● **Exercise instructions**: The expected output is exactly the lines below, starting at the line with "Line((15.701818, 59.965332), (15.701818, 5.08))" and ending at the line with "Rebuilt in FreeCAD, every", both included; no other line belongs in it.

Excerpted records below:

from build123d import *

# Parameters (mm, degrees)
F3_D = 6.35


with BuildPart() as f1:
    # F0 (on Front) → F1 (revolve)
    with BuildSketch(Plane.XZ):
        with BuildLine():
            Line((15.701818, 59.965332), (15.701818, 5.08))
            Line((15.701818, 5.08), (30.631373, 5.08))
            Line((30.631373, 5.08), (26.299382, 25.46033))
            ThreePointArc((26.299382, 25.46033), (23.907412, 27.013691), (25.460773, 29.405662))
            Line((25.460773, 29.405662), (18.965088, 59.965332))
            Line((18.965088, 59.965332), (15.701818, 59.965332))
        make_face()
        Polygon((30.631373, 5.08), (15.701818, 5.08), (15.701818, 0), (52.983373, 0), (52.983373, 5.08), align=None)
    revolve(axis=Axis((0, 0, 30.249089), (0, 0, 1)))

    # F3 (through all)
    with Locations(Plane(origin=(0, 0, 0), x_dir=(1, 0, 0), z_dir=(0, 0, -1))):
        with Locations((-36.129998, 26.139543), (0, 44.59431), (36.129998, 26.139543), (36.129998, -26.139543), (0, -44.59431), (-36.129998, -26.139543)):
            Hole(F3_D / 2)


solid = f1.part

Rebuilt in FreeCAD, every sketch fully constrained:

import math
import FreeCAD as App
import Part
import Sketcher
Q = App.Units.Quantity

doc = App.newDocument("Part")
params = doc.addObject("Spreadsheet::Sheet", "Params")
for row, (alias, value) in enumerate([
    ("sketch1_height", "0.2 in"),
    ("sketch1_width", "0.88 in"),
    ("revolution_angle", "360 deg"),
    ("sketch2_diameter", "0.25 in"),
    ("hole_diameter", "0.25 in"),
], start=1):
    params.set(f"A{row}", alias)
    params.set(f"B{row}", "=" + value)
    params.setAlias(f"B{row}", alias)

body = doc.addObject("PartDesign::Body", "Body")

# Sketch on XZ plane
sketch1 = body.newObject("Sketcher::SketchObject", "Sketch")
sketch1.AttachmentSupport = (doc.getObject("XZ_Plane"), [""])
sketch1.MapMode = "FlatFace"
sketch1.addGeometry(Part.LineSegment(App.Vector(15.7, 60, 0), App.Vector(15.7, 0, 0)), False)
sketch1.addGeometry(Part.LineSegment(App.Vector(15.7, 0, 0), App.Vector(53, 0, 0)), False)
sketch1.addGeometry(Part.LineSegment(App.Vector(53, 0, 0), App.Vector(53, 5.1, 0)), False)
sketch1.addGeometry(Part.LineSegment(App.Vector(53, 5.1, 0), App.Vector(30.6, 5.1, 0)), False)
sketch1.addGeometry(Part.LineSegment(App.Vector(30.6, 5.1, 0), App.Vector(26.3, 25.5, 0)), False)
sketch1.addGeometry(Part.ArcOfCircle(Part.Circle(App.Vector(25.9, 27.4, 0), App.Vector(0, 0, 1), 2), math.radians(102), math.radians(282)), False)
sketch1.addGeometry(Part.LineSegment(App.Vector(25.5, 29.4, 0), App.Vector(19, 60, 0)), False)
sketch1.addGeometry(Part.LineSegment(App.Vector(19, 60, 0), App.Vector(15.7, 60, 0)), False)
sketch1.addConstraint(Sketcher.Constraint("Coincident", 0, 2, 1, 1))
sketch1.addConstraint(Sketcher.Constraint("Coincident", 1, 2, 2, 1))
sketch1.addConstraint(Sketcher.Constraint("Coincident", 2, 2, 3, 1))
sketch1.addConstraint(Sketcher.Constraint("Coincident", 3, 2, 4, 1))
sketch1.addConstraint(Sketcher.Constraint("Coincident", 4, 2, 5, 2))
sketch1.addConstraint(Sketcher.Constraint("Coincident", 5, 1, 6, 1))
sketch1.addConstraint(Sketcher.Constraint("Coincident", 6, 2, 7, 1))
sketch1.addConstraint(Sketcher.Constraint("Coincident", 7, 2, 0, 1))
sketch1.addConstraint(Sketcher.Constraint("Vertical", 0))
sketch1.addConstraint(Sketcher.Constraint("Horizontal", 1))
sketch1.addConstraint(Sketcher.Constraint("Vertical", 2))
sketch1.addConstraint(Sketcher.Constraint("Horizontal", 3))
sketch1.addConstraint(Sketcher.Constraint("Horizontal", 7))
sketch1.addConstraint(Sketcher.Constraint("PointOnObject", 0, 2, -1))
sketch1.addConstraint(Sketcher.Constraint("Parallel", 4, 6))
sketch1.addConstraint(Sketcher.Constraint("DistanceY", 2, 1, 2, 2, Q("0.2 in")))
sketch1.addConstraint(Sketcher.Constraint("DistanceX", 3, 2, 3, 1, Q("0.88 in")))
sketch1.addConstraint(Sketcher.Constraint("Radius", 5, 2.016737))
sketch1.addConstraint(Sketcher.Constraint("DistanceX", 7, 2, 7, 1, 3.26327))
sketch1.addConstraint(Sketcher.Constraint("DistanceY", 0, 2, 0, 1, 59.965332))
sketch1.addConstraint(Sketcher.Constraint("DistanceX", 5, 1, 3, 2, 5.1706))
sketch1.addConstraint(Sketcher.Constraint("DistanceY", 4, 2, 6, 2, 34.505002))
sketch1.addConstraint(Sketcher.Constraint("DistanceX", 1, 1, 1, 2, 37.281555))
sketch1.addConstraint(Sketcher.Constraint("DistanceX", -1, 1, 6, 2, 18.965088))
sketch1.addConstraint(Sketcher.Constraint("DistanceX", 0, 2, 5, 3, 10.17826))
sketch1.setExpression("Constraints[15]", "Params.sketch1_height")
sketch1.setExpression("Constraints[16]", "Params.sketch1_width")
revolution = body.newObject("PartDesign::Revolution", "Revolution")
revolution.Profile = sketch1
revolution.ReferenceAxis = (sketch1, ["V_Axis"])
revolution.setExpression("Angle", "Params.revolution_angle")

# Sketch on XY plane
sketch2 = body.newObject("Sketcher::SketchObject", "Sketch001")
sketch2.AttachmentSupport = (doc.getObject("XY_Plane"), [""])
sketch2.MapMode = "FlatFace"
sketch2.addGeometry(Part.Circle(App.Vector(-36.1, -26.1, 0), App.Vector(0, 0, 1), 3.2), False)
sketch2.addGeometry(Part.Circle(App.Vector(0, -44.6, 0), App.Vector(0, 0, 1), 3.2), False)
sketch2.addGeometry(Part.Circle(App.Vector(36.1, -26.1, 0), App.Vector(0, 0, 1), 3.2), False)
sketch2.addGeometry(Part.Circle(App.Vector(36.1, 26.1, 0), App.Vector(0, 0, 1), 3.2), False)
sketch2.addGeometry(Part.Circle(App.Vector(0, 44.6, 0), App.Vector(0, 0, 1), 3.2), False)
sketch2.addGeometry(Part.Circle(App.Vector(-36.1, 26.1, 0), App.Vector(0, 0, 1), 3.2), False)
sketch2.addConstraint(Sketcher.Constraint("Equal", 0, 1))
sketch2.addConstraint(Sketcher.Constraint("Equal", 1, 2))
sketch2.addConstraint(Sketcher.Constraint("Equal", 2, 3))
sketch2.addConstraint(Sketcher.Constraint("Equal", 3, 4))
sketch2.addConstraint(Sketcher.Constraint("Equal", 4, 5))
sketch2.addConstraint(Sketcher.Constraint("Symmetric", 0, 3, 3, 3, -1, 1))
sketch2.addConstraint(Sketcher.Constraint("Symmetric", 1, 3, 4, 3, -1, 1))
sketch2.addConstraint(Sketcher.Constraint("Symmetric", 2, 3, 5, 3, -1, 1))
sketch2.addConstraint(Sketcher.Constraint("Symmetric", 0, 3, 2, 3, -2))
sketch2.addConstraint(Sketcher.Constraint("PointOnObject", 1, 3, -2))
sketch2.addConstraint(Sketcher.Constraint("Diameter", 0, Q("0.25 in")))
sketch2.addConstraint(Sketcher.Constraint("DistanceY", 1, 3, -1, 1, 44.59431))
sketch2.addConstraint(Sketcher.Constraint("DistanceX", 0, 3, -1, 1, 36.129998))
sketch2.addConstraint(Sketcher.Constraint("DistanceY", 0, 3, -1, 1, 26.139543))
sketch2.setExpression("Constraints[10]", "Params.sketch2_diameter")
doc.recompute()
hole = body.newObject("PartDesign::Hole", "Hole")
hole.Profile = sketch2
hole.ThreadType = "None"
hole.setExpression("Diameter", "Params.hole_diameter")
hole.DepthType = "ThroughAll"
hole.Reversed = True

doc.recompute()
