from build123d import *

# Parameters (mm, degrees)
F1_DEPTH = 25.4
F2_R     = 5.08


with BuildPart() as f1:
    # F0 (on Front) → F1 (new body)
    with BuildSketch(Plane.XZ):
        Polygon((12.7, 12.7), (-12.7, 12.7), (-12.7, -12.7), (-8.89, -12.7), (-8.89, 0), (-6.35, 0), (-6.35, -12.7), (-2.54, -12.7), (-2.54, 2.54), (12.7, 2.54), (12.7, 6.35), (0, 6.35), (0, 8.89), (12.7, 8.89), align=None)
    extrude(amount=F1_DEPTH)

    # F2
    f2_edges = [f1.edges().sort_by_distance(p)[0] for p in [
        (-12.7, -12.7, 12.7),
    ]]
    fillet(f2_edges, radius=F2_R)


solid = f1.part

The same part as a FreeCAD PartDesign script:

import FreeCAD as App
import Part
import Sketcher

V = App.Vector
Q = App.Units.Quantity


def edges_at(feature, points):
    """Names of the edges that pass closest to the given points."""
    edges = feature.Shape.Edges
    near = lambda p: min(range(len(edges)), key=lambda i: edges[i].distToShape(Part.Vertex(*p))[0])
    return sorted({f"Edge{near(p) + 1}" for p in points})


def add_polygon(sketch, points):
    """Adds a closed chain of lines whose ends are joined by coincident constraints."""
    first, n = sketch.GeometryCount, len(points)
    for a, b in zip(points, points[1:] + points[:1]):
        sketch.addGeometry(Part.LineSegment(App.Vector(*a, 0), App.Vector(*b, 0)), False)
    for i in range(n):
        sketch.addConstraint(Sketcher.Constraint("Coincident", first + i, 2, first + (i + 1) % n, 1))

doc = App.newDocument("Part")
params = doc.addObject("Spreadsheet::Sheet", "Params")
for row, (alias, value) in enumerate([
    ("sketch1_width", "1 in"),
    ("sketch1_width2", "0.1 in"),
    ("sketch1_width3", "0.6 in"),
    ("pad1_length", "1 in"),
    ("fillet_radius", "0.2 in"),
], start=1):
    params.set(f"A{row}", alias)
    params.set(f"B{row}", "=" + value)
    params.setAlias(f"B{row}", alias)

body = doc.addObject("PartDesign::Body", "Body")

# Sketch on XZ plane
sketch1 = body.newObject("Sketcher::SketchObject", "Sketch")
sketch1.AttachmentSupport = (doc.getObject("XZ_Plane"), [""])
sketch1.MapMode = "FlatFace"
add_polygon(sketch1, [(12.7, 12.7), (-12.7, 12.7), (-12.7, -12.7), (-8.89, -12.7), (-8.89, 0), (-6.35, 0), (-6.35, -12.7), (-2.54, -12.7), (-2.54, 2.54), (12.7, 2.54), (12.7, 6.35), (0, 6.35), (0, 8.89), (12.7, 8.89)])  # lines 0-13
sketch1.addConstraint([
    Sketcher.Constraint("Horizontal", 0),
    Sketcher.Constraint("Vertical", 1),
    Sketcher.Constraint("Horizontal", 2),
    Sketcher.Constraint("Vertical", 3),
    Sketcher.Constraint("Horizontal", 4),
    Sketcher.Constraint("Vertical", 5),
    Sketcher.Constraint("Horizontal", 6),
    Sketcher.Constraint("Vertical", 7),
    Sketcher.Constraint("Horizontal", 8),
    Sketcher.Constraint("Vertical", 9),
    Sketcher.Constraint("Horizontal", 10),
    Sketcher.Constraint("Vertical", 11),
    Sketcher.Constraint("Horizontal", 12),
    Sketcher.Constraint("Vertical", 13),
    Sketcher.Constraint("Symmetric", 1, 2, 13, 2, -1, 1),
    Sketcher.Constraint("PointOnObject", 3, 2, -1),
    Sketcher.Constraint("PointOnObject", 10, 2, -2),
    Sketcher.Constraint("Horizontal", 2, 2, 5, 2),
    Sketcher.Constraint("Vertical", 9, 2, 12, 2),
    Sketcher.Constraint("Equal", 2, 6),
    Sketcher.Constraint("Equal", 0, 1),
    Sketcher.Constraint("Equal", 8, 7),
    Sketcher.Constraint("Equal", 6, 9),
    Sketcher.Constraint("Equal", 4, 11),
    Sketcher.Constraint("DistanceX", 0, 2, 0, 1, Q("1 in")),
    Sketcher.Constraint("DistanceX", 4, 1, 4, 2, Q("0.1 in")),
    Sketcher.Constraint("DistanceX", 8, 1, 8, 2, Q("0.6 in")),
])
sketch1.setExpression("Constraints[38]", "Params.sketch1_width")
sketch1.setExpression("Constraints[39]", "Params.sketch1_width2")
sketch1.setExpression("Constraints[40]", "Params.sketch1_width3")
pad1 = body.newObject("PartDesign::Pad", "Pad")
pad1.Profile = sketch1
pad1.setExpression("Length", "Params.pad1_length")
doc.recompute()

fillet = body.newObject("PartDesign::Fillet", "Fillet")
fillet.Base = (pad1, edges_at(pad1, [(-12.7, -12.7, 12.7)]))
fillet.setExpression("Radius", "Params.fillet_radius")

doc.recompute()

End of Excerpted records.

● **Reply**:
            Line((15.701818, 59.965332), (15.701818, 5.08))
            Line((15.701818, 5.08), (30.631373, 5.08))
            Line((30.631373, 5.08), (26.299382, 25.46033))
            ThreePointArc((26.299382, 25.46033), (23.907412, 27.013691), (25.460773, 29.405662))
            Line((25.460773, 29.405662), (18.965088, 59.965332))
            Line((18.965088, 59.965332), (15.701818, 59.965332))
        make_face()
        Polygon((30.631373, 5.08), (15.701818, 5.08), (15.701818, 0), (52.983373, 0), (52.983373, 5.08), align=None)
    revolve(axis=Axis((0, 0, 30.249089), (0, 0, 1)))

    # F3 (through all)
    with Locations(Plane(origin=(0, 0, 0), x_dir=(1, 0, 0), z_dir=(0, 0, -1))):
        with Locations((-36.129998, 26.139543), (0, 44.59431), (36.129998, 26.139543), (36.129998, -26.139543), (0, -44.59431), (-36.129998, -26.139543)):
            Hole(F3_D / 2)


solid = f1.part

Rebuilt in FreeCAD, every sketch fully constrained:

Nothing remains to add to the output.